In cryptography, a key is a piece of information used for scrambling data so that it appears random; often it's a large number, or string of numbers and letters. When unencrypted data, also called plaintext, is put into a cryptographic algorithm using the key, the plaintext comes out the other side as random-looking data. However, anyone with the right key for decrypting the data can put it back into plaintext form.
For example, suppose we take a plaintext message, "hello," and encrypt it with a key; let's say the key is "2jd8932kd8." Encrypted with this key, our simple "hello" now reads "X5xJCSycg14=", which seems like random garbage data. However, by decrypting it with that same key, we get "hello" back.
Plaintext + key = ciphertext:
hello + 2jd8932kd8 = X5xJCSycg14=
Ciphertext + key = plaintext:
X5xJCSycg14= + 2jd8932kd8 = hello
This is an example of symmetric cryptography, in which only one key is used. In public key cryptography, there would instead be two keys. The public key would encrypt the data, and the private key would decrypt it.
Public key cryptography is extremely useful for establishing secure communications over the Internet (via HTTPS). A website's SSL/TLS certificate, which is shared publicly, contains the public key, and the private key is installed on the origin server — it's "owned" by the website.

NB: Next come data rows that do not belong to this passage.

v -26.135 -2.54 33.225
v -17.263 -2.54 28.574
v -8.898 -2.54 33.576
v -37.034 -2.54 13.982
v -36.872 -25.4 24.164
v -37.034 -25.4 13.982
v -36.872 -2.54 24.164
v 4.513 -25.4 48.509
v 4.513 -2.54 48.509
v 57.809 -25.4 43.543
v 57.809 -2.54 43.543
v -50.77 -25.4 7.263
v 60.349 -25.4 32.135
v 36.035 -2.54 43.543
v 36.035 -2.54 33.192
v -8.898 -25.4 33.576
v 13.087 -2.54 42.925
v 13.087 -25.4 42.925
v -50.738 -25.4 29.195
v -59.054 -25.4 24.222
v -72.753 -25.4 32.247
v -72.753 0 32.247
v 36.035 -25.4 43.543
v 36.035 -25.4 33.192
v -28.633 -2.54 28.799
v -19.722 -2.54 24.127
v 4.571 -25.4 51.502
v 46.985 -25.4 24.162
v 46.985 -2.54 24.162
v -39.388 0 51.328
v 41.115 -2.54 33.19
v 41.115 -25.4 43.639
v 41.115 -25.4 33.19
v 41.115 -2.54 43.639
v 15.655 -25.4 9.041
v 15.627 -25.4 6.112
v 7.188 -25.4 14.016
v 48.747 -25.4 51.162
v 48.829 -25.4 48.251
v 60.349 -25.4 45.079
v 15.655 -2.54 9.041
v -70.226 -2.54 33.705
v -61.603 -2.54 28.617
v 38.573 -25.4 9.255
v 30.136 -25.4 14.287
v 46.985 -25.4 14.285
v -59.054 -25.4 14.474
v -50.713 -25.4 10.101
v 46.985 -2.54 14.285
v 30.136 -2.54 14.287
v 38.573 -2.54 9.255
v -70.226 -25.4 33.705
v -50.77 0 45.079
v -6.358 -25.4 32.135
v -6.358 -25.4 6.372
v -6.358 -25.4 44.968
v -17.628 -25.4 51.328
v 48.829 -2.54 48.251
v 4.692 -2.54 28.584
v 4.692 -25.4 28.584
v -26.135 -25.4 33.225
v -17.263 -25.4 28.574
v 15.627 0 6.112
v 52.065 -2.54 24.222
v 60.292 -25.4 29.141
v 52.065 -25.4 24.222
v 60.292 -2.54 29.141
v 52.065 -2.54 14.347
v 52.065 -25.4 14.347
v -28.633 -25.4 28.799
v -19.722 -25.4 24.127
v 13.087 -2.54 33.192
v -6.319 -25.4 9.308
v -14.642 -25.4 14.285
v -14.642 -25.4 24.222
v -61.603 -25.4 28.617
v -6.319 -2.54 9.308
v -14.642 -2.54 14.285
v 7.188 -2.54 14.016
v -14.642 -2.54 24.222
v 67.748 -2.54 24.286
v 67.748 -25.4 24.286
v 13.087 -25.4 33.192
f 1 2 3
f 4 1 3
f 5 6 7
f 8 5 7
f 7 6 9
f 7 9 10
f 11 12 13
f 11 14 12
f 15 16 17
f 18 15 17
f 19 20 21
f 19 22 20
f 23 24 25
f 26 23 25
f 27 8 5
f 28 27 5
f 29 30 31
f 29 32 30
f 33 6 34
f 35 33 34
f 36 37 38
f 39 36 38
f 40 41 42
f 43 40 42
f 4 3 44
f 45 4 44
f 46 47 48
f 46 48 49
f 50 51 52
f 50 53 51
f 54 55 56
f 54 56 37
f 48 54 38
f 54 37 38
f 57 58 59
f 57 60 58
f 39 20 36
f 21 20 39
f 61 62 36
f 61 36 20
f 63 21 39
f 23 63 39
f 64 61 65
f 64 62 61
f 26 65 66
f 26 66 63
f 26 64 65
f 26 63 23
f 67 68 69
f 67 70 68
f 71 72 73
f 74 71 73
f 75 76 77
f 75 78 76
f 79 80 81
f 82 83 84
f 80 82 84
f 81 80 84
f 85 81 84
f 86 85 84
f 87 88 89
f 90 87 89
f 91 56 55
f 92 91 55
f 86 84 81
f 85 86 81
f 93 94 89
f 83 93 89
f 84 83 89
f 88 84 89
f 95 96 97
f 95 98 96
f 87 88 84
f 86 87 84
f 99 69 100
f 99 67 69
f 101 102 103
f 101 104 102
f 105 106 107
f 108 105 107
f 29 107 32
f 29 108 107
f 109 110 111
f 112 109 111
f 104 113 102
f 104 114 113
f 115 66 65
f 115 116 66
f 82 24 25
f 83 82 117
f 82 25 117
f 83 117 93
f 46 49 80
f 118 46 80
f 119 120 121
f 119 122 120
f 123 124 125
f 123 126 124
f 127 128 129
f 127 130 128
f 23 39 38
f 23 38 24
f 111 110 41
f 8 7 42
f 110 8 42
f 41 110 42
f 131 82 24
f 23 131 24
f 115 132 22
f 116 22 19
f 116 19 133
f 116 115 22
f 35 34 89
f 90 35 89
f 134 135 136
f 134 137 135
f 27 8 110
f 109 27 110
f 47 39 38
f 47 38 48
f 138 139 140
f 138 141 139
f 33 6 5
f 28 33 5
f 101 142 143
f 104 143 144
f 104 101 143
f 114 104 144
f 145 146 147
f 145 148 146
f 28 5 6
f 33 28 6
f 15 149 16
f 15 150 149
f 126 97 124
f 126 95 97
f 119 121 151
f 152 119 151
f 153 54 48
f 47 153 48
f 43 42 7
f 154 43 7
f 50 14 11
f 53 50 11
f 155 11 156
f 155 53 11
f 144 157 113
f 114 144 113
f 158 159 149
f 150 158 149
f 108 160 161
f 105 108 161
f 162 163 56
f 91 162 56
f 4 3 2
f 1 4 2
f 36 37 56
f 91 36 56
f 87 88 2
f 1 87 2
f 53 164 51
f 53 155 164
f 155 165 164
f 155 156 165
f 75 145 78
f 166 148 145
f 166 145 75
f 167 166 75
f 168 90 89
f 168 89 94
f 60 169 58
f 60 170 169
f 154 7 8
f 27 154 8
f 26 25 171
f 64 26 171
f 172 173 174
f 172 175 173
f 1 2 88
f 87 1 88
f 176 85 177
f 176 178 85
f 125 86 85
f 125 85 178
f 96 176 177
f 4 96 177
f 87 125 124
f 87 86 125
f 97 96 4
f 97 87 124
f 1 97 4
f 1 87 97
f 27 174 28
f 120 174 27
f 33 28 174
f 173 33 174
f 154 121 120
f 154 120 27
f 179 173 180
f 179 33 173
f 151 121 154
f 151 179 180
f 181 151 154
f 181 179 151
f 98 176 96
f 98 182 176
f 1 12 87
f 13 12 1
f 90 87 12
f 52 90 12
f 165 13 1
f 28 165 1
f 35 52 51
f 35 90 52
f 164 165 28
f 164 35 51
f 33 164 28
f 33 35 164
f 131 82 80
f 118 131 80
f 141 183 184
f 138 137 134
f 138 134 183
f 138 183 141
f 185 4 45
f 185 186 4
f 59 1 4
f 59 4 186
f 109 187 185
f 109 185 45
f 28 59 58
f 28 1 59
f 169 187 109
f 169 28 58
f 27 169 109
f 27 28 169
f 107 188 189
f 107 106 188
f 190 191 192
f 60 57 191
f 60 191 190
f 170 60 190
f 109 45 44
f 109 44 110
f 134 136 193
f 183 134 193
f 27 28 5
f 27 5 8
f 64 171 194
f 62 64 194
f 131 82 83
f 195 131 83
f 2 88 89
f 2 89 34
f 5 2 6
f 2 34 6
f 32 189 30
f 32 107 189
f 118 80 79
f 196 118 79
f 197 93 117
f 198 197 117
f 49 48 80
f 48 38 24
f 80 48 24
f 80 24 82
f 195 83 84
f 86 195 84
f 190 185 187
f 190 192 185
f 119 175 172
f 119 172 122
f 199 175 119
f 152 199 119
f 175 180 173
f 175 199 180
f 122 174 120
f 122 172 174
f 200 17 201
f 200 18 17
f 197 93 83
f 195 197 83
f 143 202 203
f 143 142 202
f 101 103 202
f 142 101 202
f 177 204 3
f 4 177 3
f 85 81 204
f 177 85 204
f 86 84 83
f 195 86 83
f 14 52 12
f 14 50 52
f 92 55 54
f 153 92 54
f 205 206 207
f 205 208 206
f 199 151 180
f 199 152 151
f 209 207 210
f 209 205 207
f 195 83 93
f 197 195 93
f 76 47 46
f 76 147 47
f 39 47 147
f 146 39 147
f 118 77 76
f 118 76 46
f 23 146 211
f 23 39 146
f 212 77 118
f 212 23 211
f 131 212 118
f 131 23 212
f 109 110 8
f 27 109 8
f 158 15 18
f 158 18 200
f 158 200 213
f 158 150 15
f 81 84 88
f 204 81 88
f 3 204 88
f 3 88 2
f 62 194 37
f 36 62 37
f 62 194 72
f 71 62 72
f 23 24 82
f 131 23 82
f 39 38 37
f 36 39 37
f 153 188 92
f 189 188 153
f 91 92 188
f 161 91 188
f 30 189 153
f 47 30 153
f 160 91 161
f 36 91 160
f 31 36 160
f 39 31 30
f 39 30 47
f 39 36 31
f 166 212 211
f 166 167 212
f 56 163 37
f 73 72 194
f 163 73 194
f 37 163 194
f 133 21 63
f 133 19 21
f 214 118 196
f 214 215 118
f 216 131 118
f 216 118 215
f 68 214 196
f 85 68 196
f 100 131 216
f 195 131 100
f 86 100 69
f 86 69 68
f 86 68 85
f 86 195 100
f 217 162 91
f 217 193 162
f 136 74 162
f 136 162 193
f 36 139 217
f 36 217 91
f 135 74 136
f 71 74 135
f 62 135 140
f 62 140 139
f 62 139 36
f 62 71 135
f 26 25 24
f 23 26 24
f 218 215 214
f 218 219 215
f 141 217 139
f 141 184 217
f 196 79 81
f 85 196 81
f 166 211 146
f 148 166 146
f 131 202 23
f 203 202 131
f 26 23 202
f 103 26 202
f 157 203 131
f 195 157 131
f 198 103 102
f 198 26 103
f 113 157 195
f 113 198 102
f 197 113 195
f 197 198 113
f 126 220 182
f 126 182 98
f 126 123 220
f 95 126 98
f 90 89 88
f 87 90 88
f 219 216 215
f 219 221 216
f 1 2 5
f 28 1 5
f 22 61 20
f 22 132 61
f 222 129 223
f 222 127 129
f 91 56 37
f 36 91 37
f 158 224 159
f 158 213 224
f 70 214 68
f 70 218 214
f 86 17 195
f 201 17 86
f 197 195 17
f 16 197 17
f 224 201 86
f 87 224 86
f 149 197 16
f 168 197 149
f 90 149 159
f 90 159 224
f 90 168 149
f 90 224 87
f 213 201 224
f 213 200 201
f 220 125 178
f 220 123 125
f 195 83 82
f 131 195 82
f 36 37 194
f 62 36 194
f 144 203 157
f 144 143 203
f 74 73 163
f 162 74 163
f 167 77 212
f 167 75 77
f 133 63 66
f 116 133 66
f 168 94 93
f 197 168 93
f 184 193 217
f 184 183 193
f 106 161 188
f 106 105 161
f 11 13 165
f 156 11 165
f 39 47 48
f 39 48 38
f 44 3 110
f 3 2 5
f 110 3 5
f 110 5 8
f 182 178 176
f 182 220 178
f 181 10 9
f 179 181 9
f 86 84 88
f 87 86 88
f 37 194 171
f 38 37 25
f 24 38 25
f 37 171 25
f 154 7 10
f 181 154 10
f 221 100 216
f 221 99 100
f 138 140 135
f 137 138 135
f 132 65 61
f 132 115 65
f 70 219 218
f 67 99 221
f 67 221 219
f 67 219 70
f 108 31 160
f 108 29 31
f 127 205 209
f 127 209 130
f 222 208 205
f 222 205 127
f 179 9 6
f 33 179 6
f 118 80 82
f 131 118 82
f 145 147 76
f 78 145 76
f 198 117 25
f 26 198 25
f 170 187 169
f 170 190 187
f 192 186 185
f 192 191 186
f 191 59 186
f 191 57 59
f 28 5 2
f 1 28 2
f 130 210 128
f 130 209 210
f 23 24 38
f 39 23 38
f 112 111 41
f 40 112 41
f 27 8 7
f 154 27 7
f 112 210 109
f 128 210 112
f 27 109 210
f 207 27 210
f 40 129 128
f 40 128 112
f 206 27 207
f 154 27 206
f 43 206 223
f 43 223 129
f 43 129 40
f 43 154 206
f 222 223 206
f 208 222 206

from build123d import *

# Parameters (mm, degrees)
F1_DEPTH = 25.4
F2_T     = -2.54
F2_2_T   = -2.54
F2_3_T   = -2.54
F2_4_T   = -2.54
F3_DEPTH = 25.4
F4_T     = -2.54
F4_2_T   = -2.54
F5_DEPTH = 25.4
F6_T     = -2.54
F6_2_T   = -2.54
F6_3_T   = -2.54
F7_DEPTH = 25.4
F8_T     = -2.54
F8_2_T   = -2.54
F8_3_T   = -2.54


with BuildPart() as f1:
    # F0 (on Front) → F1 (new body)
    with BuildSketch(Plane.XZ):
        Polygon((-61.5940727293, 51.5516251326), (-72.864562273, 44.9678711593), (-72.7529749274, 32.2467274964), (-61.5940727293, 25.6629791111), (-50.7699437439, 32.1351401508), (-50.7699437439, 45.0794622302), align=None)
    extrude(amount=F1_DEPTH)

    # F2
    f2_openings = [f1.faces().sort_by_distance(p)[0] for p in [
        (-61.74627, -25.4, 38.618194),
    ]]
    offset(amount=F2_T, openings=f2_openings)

TLS handshakes use public key cryptography to authenticate the identity of the origin server, and to exchange data that is used for generating the session keys. A key exchange algorithm, such as RSA or Diffie-Hellman, uses the public-private key pair to agree upon session keys, which are used for symmetric encryption once the handshake is complete. Clients and servers are able to agree upon new session keys for each communication session, so that bad actors are unable to decrypt communications even if they identify or steal one of the session keys from a previous session.